_AIM OF THE EXERCISE:_
Range to reproduce from the entries below: the line with "face PLANE(AX(P(0,-103.70862,8),D(0,0,1),D(1,0,0))) [-e38]", the line with "e46 -e77 -e5]", and every line in between. Give them exactly and give nothing else.

Stored data entries

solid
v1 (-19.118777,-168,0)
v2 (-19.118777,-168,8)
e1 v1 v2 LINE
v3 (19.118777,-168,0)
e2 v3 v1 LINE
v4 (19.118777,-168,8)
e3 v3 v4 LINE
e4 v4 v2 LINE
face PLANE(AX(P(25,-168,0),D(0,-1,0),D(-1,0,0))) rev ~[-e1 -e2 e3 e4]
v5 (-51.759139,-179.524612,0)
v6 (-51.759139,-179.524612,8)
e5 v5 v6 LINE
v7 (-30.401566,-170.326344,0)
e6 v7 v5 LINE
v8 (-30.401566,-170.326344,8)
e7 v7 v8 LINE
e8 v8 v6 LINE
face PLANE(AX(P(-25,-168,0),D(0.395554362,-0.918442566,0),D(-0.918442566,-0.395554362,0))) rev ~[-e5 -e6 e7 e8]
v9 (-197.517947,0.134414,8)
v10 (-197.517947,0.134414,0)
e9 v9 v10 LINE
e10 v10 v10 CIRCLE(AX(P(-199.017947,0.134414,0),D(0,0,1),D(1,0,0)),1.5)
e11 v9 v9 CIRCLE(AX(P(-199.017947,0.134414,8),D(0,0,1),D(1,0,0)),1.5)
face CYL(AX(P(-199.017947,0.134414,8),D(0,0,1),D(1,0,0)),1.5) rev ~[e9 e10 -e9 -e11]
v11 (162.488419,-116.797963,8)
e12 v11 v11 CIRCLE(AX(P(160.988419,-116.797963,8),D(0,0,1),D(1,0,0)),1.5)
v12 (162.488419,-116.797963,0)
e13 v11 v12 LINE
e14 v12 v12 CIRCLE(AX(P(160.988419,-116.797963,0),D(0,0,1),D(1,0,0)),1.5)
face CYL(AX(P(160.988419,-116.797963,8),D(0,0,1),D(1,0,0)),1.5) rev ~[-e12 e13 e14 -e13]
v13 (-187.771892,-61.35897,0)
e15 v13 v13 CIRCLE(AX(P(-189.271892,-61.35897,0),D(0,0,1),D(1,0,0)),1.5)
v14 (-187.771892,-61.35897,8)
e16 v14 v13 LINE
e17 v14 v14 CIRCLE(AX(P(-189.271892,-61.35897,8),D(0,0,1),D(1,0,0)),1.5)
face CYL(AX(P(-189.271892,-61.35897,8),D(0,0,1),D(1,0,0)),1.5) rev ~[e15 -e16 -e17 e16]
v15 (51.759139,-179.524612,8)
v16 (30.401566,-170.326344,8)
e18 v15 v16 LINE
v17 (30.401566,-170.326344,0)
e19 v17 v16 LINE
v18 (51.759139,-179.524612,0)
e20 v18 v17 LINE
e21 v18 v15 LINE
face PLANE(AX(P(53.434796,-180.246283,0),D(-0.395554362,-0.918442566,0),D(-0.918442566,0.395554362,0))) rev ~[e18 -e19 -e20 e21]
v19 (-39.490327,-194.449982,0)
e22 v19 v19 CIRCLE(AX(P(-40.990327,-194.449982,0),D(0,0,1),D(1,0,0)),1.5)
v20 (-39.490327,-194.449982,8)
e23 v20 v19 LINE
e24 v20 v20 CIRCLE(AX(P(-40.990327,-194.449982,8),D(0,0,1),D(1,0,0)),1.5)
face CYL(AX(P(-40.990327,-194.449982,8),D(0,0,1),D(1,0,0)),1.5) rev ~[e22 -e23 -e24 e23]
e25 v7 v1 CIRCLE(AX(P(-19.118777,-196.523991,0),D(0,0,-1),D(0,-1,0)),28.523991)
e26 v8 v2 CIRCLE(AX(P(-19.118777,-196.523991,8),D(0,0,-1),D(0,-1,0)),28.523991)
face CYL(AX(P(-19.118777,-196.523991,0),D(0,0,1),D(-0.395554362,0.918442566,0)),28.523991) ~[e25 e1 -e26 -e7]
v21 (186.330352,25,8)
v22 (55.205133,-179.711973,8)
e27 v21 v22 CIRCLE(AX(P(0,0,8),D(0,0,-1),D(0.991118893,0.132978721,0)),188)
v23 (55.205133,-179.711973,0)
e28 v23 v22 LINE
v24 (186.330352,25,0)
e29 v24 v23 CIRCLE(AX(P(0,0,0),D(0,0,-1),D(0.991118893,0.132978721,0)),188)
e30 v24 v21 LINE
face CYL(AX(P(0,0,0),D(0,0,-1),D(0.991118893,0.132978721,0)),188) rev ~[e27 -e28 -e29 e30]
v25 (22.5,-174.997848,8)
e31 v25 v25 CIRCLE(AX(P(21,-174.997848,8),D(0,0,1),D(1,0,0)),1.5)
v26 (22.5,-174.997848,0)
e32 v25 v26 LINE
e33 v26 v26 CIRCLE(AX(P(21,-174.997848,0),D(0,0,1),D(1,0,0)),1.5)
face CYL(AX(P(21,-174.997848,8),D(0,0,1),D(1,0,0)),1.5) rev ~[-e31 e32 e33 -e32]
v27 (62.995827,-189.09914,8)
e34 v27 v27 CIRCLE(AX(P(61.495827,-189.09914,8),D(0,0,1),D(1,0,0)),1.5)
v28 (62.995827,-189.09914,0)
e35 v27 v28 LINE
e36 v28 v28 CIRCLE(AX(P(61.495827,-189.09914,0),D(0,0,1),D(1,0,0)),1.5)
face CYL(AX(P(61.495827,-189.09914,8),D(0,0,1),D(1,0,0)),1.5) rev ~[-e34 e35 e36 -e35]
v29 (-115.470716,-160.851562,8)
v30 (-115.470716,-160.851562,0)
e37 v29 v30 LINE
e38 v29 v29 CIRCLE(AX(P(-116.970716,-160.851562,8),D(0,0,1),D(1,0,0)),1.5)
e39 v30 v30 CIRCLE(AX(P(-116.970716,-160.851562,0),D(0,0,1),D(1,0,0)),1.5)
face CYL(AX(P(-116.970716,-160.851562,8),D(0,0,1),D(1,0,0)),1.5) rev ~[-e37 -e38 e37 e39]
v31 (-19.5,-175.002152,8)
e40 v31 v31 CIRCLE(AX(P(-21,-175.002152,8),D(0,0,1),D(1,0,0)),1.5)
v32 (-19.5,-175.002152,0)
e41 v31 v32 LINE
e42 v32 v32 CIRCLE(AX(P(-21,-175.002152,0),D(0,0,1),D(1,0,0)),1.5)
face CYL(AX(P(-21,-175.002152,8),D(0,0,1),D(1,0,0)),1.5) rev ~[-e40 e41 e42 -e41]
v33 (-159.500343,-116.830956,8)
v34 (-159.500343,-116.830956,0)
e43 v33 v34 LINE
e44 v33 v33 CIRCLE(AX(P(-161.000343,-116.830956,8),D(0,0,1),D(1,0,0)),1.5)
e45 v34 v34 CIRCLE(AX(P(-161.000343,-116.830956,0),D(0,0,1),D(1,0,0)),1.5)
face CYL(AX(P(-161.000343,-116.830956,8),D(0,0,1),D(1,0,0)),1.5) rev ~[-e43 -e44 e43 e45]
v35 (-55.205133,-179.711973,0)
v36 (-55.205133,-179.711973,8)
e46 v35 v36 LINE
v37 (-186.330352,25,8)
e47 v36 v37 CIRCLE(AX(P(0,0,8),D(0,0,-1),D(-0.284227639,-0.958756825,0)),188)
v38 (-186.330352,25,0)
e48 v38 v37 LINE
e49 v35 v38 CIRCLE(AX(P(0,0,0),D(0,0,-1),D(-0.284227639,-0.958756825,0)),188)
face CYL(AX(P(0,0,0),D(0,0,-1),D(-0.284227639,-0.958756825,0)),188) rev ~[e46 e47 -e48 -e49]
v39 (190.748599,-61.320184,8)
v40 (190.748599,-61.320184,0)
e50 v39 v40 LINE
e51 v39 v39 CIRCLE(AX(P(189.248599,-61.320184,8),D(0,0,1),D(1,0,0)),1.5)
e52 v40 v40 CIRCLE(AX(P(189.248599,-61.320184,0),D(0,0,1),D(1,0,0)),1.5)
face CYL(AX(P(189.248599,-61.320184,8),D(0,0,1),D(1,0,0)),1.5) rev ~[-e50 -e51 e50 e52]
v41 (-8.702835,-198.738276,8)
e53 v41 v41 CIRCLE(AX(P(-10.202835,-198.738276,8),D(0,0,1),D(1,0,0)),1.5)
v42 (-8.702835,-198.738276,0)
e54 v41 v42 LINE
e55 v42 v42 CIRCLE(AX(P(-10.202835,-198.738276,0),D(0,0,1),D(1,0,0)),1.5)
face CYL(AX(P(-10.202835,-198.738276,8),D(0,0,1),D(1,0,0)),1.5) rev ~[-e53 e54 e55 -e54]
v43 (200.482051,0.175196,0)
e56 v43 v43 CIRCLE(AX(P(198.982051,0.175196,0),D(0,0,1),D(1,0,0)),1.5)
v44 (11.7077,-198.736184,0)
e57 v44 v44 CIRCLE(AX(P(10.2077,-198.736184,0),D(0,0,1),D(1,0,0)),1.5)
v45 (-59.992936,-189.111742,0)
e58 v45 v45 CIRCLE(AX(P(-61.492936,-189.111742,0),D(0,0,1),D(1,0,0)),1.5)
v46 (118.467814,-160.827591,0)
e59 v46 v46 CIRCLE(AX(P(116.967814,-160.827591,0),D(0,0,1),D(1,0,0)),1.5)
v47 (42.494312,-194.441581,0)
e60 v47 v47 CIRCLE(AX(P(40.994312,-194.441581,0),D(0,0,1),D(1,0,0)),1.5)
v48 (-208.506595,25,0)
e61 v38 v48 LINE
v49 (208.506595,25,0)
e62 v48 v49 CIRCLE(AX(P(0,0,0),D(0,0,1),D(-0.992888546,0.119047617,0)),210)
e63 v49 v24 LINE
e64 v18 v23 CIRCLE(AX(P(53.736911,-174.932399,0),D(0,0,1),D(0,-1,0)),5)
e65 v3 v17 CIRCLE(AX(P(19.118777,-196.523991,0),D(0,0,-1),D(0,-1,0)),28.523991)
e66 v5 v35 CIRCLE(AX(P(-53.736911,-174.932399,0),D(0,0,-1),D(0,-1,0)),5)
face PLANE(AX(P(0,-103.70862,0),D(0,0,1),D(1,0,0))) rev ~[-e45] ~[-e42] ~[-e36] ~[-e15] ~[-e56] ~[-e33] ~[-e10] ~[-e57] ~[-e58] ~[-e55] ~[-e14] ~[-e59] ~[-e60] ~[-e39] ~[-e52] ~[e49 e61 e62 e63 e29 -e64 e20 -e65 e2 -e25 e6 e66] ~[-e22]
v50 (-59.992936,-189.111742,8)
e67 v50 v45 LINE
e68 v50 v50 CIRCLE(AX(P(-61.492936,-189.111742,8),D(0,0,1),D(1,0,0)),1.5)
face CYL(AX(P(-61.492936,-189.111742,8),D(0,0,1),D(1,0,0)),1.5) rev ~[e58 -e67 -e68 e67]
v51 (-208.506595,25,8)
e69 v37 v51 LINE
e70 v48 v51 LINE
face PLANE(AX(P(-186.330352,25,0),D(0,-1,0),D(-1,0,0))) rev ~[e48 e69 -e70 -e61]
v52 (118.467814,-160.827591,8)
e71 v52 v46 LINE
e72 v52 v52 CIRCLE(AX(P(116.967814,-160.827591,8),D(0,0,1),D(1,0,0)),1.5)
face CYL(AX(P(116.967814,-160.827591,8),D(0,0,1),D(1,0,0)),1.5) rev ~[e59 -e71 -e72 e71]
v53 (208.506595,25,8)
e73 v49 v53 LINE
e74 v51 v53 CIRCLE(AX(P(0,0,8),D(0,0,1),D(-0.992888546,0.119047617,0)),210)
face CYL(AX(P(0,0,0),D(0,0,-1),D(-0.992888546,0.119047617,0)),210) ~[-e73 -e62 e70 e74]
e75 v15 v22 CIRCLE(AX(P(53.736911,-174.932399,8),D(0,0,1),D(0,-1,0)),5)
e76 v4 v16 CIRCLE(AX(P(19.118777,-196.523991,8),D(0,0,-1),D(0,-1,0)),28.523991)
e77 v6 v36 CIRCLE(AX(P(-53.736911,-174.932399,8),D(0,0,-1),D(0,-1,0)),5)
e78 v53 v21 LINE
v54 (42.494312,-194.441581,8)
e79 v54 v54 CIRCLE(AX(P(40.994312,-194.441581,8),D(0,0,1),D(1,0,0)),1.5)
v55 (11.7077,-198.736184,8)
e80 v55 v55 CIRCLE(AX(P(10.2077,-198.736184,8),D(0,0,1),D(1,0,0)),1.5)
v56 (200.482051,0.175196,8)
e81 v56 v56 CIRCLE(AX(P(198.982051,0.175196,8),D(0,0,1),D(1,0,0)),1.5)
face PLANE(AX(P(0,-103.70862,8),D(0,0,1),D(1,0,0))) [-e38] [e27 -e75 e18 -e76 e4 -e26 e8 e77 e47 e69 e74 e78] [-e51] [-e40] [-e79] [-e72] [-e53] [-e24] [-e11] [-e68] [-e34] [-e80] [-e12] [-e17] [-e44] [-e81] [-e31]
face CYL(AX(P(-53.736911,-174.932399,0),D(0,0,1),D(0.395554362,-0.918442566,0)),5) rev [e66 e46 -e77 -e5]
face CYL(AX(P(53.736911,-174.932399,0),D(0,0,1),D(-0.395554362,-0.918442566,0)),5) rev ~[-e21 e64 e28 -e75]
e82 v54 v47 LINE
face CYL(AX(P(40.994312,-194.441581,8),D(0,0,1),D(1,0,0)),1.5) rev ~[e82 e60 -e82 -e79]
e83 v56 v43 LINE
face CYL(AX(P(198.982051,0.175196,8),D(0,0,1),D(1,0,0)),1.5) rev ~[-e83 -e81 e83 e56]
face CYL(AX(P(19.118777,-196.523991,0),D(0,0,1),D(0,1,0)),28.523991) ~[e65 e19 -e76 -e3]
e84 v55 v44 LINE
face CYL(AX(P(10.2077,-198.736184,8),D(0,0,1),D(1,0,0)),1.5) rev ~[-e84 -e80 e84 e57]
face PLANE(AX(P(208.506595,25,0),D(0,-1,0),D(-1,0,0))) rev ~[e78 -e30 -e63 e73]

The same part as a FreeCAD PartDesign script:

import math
import FreeCAD as App
import Part
import Sketcher
from FreeCAD import Vector


def edges_at(feature, points):
    """Names of the edges that pass closest to the given points."""
    edges = feature.Shape.Edges
    near = lambda p: min(range(len(edges)), key=lambda i: edges[i].distToShape(Part.Vertex(*p))[0])
    return sorted({f"Edge{near(p) + 1}" for p in points})

doc = App.newDocument("Part")
body = doc.addObject("PartDesign::Body", "Body")

# Sketch on XY plane
sketch1 = body.newObject("Sketcher::SketchObject", "Sketch")
sketch1.AttachmentSupport = (doc.getObject("XY_Plane"), [""])
sketch1.MapMode = "FlatFace"
sketch1.addGeometry(Part.ArcOfCircle(Part.Circle(Vector(0, 0, 0), Vector(0, 0, 1), 188), math.radians(172), math.radians(253)), False)
sketch1.addGeometry(Part.LineSegment(Vector(-186, 25, 0), Vector(-209, 25, 0)), False)
sketch1.addGeometry(Part.ArcOfCircle(Part.Circle(Vector(0, 0, 0), Vector(0, 0, 1), 210), math.radians(173), math.radians(367)), False)
sketch1.addGeometry(Part.LineSegment(Vector(209, 25, 0), Vector(186, 25, 0)), False)
sketch1.addGeometry(Part.ArcOfCircle(Part.Circle(Vector(0, 0, 0), Vector(0, 0, 1), 188), math.radians(-73), math.radians(8)), False)
sketch1.addGeometry(Part.LineSegment(Vector(53, -180, 0), Vector(25, -168, 0)), False)
sketch1.addGeometry(Part.LineSegment(Vector(25, -168, 0), Vector(-25, -168, 0)), False)
sketch1.addGeometry(Part.LineSegment(Vector(-25, -168, 0), Vector(-53, -180, 0)), False)
sketch1.addConstraint(Sketcher.Constraint("Coincident", 0, 1, 1, 1))
sketch1.addConstraint(Sketcher.Constraint("Coincident", 1, 2, 2, 1))
sketch1.addConstraint(Sketcher.Constraint("Coincident", 2, 2, 3, 1))
sketch1.addConstraint(Sketcher.Constraint("Coincident", 3, 2, 4, 2))
sketch1.addConstraint(Sketcher.Constraint("Coincident", 4, 1, 5, 1))
sketch1.addConstraint(Sketcher.Constraint("Coincident", 5, 2, 6, 1))
sketch1.addConstraint(Sketcher.Constraint("Coincident", 6, 2, 7, 1))
sketch1.addConstraint(Sketcher.Constraint("Coincident", 7, 2, 0, 2))
sketch1.addConstraint(Sketcher.Constraint("Horizontal", 1))
sketch1.addConstraint(Sketcher.Constraint("Horizontal", 3))
sketch1.addConstraint(Sketcher.Constraint("Horizontal", 6))
sketch1.addConstraint(Sketcher.Constraint("Coincident", 0, 3, -1, 1))
sketch1.addConstraint(Sketcher.Constraint("Coincident", 2, 3, -1, 1))
sketch1.addConstraint(Sketcher.Constraint("Coincident", 4, 3, -1, 1))
sketch1.addConstraint(Sketcher.Constraint("Equal", 0, 4))
sketch1.addConstraint(Sketcher.Constraint("Horizontal", 1, 2, 2, 2))
sketch1.addConstraint(Sketcher.Constraint("Horizontal", 4, 1, 7, 2))
sketch1.addConstraint(Sketcher.Constraint("Equal", 5, 7))
sketch1.addConstraint(Sketcher.Constraint("Radius", 0, 188.0))
sketch1.addConstraint(Sketcher.Constraint("Radius", 2, 210.0))
sketch1.addConstraint(Sketcher.Constraint("DistanceX", 6, 2, 6, 1, 50.0))
sketch1.addConstraint(Sketcher.Constraint("DistanceY", -1, 1, 0, 1, 25.0))
sketch1.addConstraint(Sketcher.Constraint("DistanceY", 5, 2, -1, 1, 168.0))
sketch1.addConstraint(Sketcher.Constraint("DistanceX", 4, 1, 2, 2, 155.071799))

_TASK OUTPUT:_
face PLANE(AX(P(0,-103.70862,8),D(0,0,1),D(1,0,0))) [-e38] [e27 -e75 e18 -e76 e4 -e26 e8 e77 e47 e69 e74 e78] [-e51] [-e40] [-e79] [-e72] [-e53] [-e24] [-e11] [-e68] [-e34] [-e80] [-e12] [-e17] [-e44] [-e81] [-e31]
face CYL(AX(P(-53.736911,-174.932399,0),D(0,0,1),D(0.395554362,-0.918442566,0)),5) rev [e66 e46 -e77 -e5]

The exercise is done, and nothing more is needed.